• Exercise details:
Look below for the line containing "v5 (46.604597,-5.519178,0)"; from there through the line containing "e12 v9 v12 CIRCLE(AX(P(0,0,0),D(0,0,1),D(1,0,0)),12.5)", both lines included, please set down each line exactly and nothing else.

--- Supplied material Enclosed Below ---

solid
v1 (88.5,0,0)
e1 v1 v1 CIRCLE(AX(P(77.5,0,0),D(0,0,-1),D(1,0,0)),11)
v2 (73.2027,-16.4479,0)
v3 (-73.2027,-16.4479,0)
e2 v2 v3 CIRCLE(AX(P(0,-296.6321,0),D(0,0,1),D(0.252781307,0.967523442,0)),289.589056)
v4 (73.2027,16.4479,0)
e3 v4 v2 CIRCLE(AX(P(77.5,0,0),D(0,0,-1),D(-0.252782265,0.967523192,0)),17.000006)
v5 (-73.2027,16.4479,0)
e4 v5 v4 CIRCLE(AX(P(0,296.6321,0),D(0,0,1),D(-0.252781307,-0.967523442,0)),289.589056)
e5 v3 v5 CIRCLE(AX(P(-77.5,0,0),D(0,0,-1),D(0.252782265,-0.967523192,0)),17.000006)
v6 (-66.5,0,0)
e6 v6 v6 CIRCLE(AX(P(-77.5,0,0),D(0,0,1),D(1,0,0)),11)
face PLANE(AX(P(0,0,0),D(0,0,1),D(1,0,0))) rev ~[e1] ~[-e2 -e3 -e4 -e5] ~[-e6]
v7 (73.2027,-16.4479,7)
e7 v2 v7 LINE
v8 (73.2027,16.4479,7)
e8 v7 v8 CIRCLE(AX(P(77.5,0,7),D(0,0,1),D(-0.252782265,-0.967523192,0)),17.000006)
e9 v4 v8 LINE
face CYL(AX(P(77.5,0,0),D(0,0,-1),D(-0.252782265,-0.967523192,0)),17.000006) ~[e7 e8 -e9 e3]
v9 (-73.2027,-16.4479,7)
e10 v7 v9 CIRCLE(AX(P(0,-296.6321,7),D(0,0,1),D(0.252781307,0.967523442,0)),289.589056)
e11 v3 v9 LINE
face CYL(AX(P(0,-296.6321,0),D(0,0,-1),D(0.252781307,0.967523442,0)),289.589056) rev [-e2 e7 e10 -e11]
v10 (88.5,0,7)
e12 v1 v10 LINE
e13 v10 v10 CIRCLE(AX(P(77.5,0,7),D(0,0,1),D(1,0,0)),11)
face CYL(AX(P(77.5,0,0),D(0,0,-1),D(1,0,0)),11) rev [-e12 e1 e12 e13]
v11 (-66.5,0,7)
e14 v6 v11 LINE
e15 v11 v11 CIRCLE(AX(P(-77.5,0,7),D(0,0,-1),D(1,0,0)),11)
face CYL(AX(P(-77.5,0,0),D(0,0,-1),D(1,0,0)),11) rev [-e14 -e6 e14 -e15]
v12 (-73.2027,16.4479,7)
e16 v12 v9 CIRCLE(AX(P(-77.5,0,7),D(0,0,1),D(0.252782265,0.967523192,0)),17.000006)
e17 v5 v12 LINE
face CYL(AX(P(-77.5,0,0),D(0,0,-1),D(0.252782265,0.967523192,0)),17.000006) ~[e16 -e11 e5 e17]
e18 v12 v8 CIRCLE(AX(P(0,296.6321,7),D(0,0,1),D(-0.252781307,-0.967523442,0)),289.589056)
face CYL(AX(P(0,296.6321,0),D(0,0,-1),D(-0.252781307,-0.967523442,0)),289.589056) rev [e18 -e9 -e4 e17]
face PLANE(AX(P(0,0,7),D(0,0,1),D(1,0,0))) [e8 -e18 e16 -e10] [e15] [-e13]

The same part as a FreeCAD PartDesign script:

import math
import FreeCAD as App
import Part
import Sketcher
Q = App.Units.Quantity

doc = App.newDocument("Part")
body = doc.addObject("PartDesign::Body", "Body")

# Sketch on XY plane
sketch1 = body.newObject("Sketcher::SketchObject", "Sketch")
sketch1.AttachmentSupport = (doc.getObject("XY_Plane"), [""])
sketch1.MapMode = "FlatFace"
sketch1.addGeometry([
    Part.ArcOfCircle(Part.Circle(App.Vector(78, 0, 0), App.Vector(0, 0, 1), 17), math.radians(-105), math.radians(105)),  # 0
    Part.ArcOfCircle(Part.Circle(App.Vector(0, 297, 0), App.Vector(0, 0, 1), 290), math.radians(-105), math.radians(-75)),  # 1
    Part.ArcOfCircle(Part.Circle(App.Vector(-78, 0, 0), App.Vector(0, 0, 1), 17), math.radians(75), math.radians(285)),  # 2
    Part.ArcOfCircle(Part.Circle(App.Vector(0, -297, 0), App.Vector(0, 0, 1), 290), math.radians(75), math.radians(105)),  # 3
    Part.Circle(App.Vector(78, 0, 0), App.Vector(0, 0, 1), 11),  # 4
    Part.Circle(App.Vector(-78, 0, 0), App.Vector(0, 0, 1), 11),  # 5
], False)
sketch1.addConstraint([
    Sketcher.Constraint("Tangent", 0, 2, 1, 2),
    Sketcher.Constraint("Tangent", 1, 1, 2, 1),
    Sketcher.Constraint("Tangent", 2, 2, 3, 2),
    Sketcher.Constraint("Tangent", 3, 1, 0, 1),
    Sketcher.Constraint("Coincident", 4, 3, 0, 3),
    Sketcher.Constraint("Coincident", 5, 3, 2, 3),
    Sketcher.Constraint("Equal", 0, 2),
    Sketcher.Constraint("Equal", 1, 3),
    Sketcher.Constraint("Equal", 4, 5),
    Sketcher.Constraint("Symmetric", 0, 3, 2, 3, -1, 1),
    Sketcher.Constraint("PointOnObject", 0, 3, -1),
    Sketcher.Constraint("Diameter", 4, Q("22 mm")),
    Sketcher.Constraint("Radius", 0, Q("17 mm")),
    Sketcher.Constraint("DistanceX", 2, 3, 0, 3, Q("155 mm")),
    Sketcher.Constraint("Radius", 1, Q("289.589 mm")),
])
pad1 = body.newObject("PartDesign::Pad", "Pad")
pad1.Profile = sketch1
pad1.Length = 7

doc.recompute()
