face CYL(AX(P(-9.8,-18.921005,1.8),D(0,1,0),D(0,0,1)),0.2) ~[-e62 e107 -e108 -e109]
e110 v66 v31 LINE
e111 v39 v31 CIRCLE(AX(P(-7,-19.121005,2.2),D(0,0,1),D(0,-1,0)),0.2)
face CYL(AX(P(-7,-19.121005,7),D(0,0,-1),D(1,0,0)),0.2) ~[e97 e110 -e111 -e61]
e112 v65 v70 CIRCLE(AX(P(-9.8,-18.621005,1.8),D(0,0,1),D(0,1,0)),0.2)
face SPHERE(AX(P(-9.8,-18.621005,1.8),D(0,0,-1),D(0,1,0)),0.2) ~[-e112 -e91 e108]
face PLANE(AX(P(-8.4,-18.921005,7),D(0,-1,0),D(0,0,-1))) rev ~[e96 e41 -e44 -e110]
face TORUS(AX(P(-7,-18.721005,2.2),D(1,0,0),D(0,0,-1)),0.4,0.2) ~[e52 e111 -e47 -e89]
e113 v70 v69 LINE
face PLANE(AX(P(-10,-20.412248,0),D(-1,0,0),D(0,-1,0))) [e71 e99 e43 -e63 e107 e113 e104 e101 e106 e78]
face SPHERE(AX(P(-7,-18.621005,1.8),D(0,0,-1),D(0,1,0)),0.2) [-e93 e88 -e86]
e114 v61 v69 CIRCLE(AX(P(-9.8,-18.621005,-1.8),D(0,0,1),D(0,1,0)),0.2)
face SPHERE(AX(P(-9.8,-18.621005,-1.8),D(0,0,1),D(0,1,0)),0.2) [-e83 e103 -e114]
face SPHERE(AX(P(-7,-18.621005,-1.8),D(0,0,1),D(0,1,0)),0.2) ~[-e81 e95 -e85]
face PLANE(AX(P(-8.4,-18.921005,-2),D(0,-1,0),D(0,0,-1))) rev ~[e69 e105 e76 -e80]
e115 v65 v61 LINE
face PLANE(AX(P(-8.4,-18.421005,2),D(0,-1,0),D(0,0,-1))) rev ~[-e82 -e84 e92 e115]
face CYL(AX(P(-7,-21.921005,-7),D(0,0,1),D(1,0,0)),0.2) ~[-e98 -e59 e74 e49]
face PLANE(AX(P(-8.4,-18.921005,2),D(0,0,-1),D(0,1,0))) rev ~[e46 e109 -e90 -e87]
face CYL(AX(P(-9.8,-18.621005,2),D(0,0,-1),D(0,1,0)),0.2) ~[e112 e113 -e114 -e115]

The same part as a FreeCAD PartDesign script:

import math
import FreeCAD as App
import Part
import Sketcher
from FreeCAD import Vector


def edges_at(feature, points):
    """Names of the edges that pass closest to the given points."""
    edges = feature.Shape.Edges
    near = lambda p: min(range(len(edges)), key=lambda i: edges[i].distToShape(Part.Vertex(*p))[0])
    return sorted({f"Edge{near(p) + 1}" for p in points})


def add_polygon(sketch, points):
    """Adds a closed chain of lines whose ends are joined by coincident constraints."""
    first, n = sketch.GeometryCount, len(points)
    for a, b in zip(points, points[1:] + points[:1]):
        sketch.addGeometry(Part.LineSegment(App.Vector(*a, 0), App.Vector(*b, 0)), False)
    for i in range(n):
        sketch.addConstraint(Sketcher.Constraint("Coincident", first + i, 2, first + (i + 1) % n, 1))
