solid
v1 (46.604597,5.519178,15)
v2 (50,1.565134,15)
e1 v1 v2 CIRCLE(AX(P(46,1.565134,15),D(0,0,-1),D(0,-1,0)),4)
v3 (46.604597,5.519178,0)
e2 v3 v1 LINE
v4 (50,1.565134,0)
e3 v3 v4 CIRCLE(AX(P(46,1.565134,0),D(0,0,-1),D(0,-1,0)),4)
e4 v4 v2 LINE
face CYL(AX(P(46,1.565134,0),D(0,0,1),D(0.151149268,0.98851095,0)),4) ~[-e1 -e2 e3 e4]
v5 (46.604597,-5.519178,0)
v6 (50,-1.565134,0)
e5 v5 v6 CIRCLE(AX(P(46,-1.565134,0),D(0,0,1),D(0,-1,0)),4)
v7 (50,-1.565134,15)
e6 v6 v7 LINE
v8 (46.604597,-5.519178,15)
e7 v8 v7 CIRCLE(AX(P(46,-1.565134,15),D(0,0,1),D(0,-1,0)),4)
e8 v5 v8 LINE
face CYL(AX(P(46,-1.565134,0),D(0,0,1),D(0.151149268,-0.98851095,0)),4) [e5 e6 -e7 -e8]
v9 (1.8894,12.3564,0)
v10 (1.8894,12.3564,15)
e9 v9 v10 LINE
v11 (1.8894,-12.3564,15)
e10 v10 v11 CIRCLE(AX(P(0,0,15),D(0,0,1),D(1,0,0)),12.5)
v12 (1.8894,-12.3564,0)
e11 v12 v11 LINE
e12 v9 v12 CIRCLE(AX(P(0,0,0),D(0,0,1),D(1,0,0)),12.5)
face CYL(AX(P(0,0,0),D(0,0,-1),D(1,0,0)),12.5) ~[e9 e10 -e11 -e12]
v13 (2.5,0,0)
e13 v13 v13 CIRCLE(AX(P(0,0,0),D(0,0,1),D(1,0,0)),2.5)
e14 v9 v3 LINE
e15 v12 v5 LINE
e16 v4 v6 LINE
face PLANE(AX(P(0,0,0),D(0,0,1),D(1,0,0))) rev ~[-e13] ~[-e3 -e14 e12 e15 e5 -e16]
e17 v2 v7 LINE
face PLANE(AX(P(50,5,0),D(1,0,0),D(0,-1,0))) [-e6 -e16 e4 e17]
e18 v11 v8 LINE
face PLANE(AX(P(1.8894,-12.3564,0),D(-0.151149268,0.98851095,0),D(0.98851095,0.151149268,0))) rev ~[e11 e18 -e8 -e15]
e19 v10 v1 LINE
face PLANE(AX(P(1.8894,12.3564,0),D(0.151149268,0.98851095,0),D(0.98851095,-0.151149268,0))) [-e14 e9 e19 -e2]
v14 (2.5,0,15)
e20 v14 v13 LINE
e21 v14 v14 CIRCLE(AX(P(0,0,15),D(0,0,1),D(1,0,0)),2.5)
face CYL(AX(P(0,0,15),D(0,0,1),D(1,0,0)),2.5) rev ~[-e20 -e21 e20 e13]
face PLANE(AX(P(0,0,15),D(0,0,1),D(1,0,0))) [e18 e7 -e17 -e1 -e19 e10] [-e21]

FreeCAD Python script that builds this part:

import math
import FreeCAD as App
import Part
import Sketcher

V = App.Vector
Q = App.Units.Quantity


def edges_at(feature, points):
    """Names of the edges that pass closest to the given points."""
    edges = feature.Shape.Edges
    near = lambda p: min(range(len(edges)), key=lambda i: edges[i].distToShape(Part.Vertex(*p))[0])
    return sorted({f"Edge{near(p) + 1}" for p in points})

doc = App.newDocument("Part")
body = doc.addObject("PartDesign::Body", "Body")

# Sketch on XY plane
sketch1 = body.newObject("Sketcher::SketchObject", "Sketch")
sketch1.AttachmentSupport = (doc.getObject("XY_Plane"), [""])
sketch1.MapMode = "FlatFace"
sketch1.addGeometry([
    Part.ArcOfCircle(Part.Circle(V(0, 0, 0), V(0, 0, 1), 12.5), math.radians(81.30632), math.radians(278.69368)),
    Part.LineSegment(V(1.8894, -12.3564, 0), V(50, -5, 0)),
    Part.LineSegment(V(50, -5, 0), V(50, 5, 0)),
    Part.LineSegment(V(50, 5, 0), V(1.8894, 12.3564, 0)),
], False)
sketch1.addConstraint([
    Sketcher.Constraint("Tangent", 0, 2, 1, 1),
    Sketcher.Constraint("Coincident", 1, 2, 2, 1),
    Sketcher.Constraint("Coincident", 2, 2, 3, 1),
    Sketcher.Constraint("Tangent", 3, 2, 0, 1),
    Sketcher.Constraint("Vertical", 2),
    Sketcher.Constraint("Coincident", 0, 3, -1, 1),
    Sketcher.Constraint("Vertical", 0, 2, 3, 2),
    Sketcher.Constraint("Radius", 0, Q("12.5 mm")),
    Sketcher.Constraint("DistanceX", -1, 1, 1, 2, Q("50 mm")),
    Sketcher.Constraint("DistanceY", 1, 2, -1, 1, Q("5 mm")),
])
pad1 = body.newObject("PartDesign::Pad", "Pad")
pad1.Profile = sketch1
pad1.Length = 15
doc.recompute()

fillet = body.newObject("PartDesign::Fillet", "Fillet")
fillet.Base = (pad1, edges_at(pad1, [(50, 5, 7.5), (50, -5, 7.5)]))
fillet.Radius = 4

# Sketch on XY plane
sketch2 = body.newObject("Sketcher::SketchObject", "Sketch001")
sketch2.AttachmentSupport = (doc.getObject("XY_Plane"), [""])
sketch2.MapMode = "FlatFace"
sketch2.AttachmentOffset = App.Placement(V(0, 0, 15), App.Rotation())
sketch2.addGeometry(Part.Circle(V(0, 0, 0), V(0, 0, 1), 2.5), False)
sketch2.addConstraint([
    Sketcher.Constraint("Coincident", 0, 3, -1, 1),
    Sketcher.Constraint("Diameter", 0, Q("5 mm")),
])
pocket1 = body.newObject("PartDesign::Pocket", "Pocket")
pocket1.Profile = sketch2
pocket1.Type = "ThroughAll"

doc.recompute()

--- End of Enclosed Supplied material ---

• Output below:
v5 (46.604597,-5.519178,0)
v6 (50,-1.565134,0)
e5 v5 v6 CIRCLE(AX(P(46,-1.565134,0),D(0,0,1),D(0,-1,0)),4)
v7 (50,-1.565134,15)
e6 v6 v7 LINE
v8 (46.604597,-5.519178,15)
e7 v8 v7 CIRCLE(AX(P(46,-1.565134,15),D(0,0,1),D(0,-1,0)),4)
e8 v5 v8 LINE
face CYL(AX(P(46,-1.565134,0),D(0,0,1),D(0.151149268,-0.98851095,0)),4) [e5 e6 -e7 -e8]
v9 (1.8894,12.3564,0)
v10 (1.8894,12.3564,15)
e9 v9 v10 LINE
v11 (1.8894,-12.3564,15)
e10 v10 v11 CIRCLE(AX(P(0,0,15),D(0,0,1),D(1,0,0)),12.5)
v12 (1.8894,-12.3564,0)
e11 v12 v11 LINE
e12 v9 v12 CIRCLE(AX(P(0,0,0),D(0,0,1),D(1,0,0)),12.5)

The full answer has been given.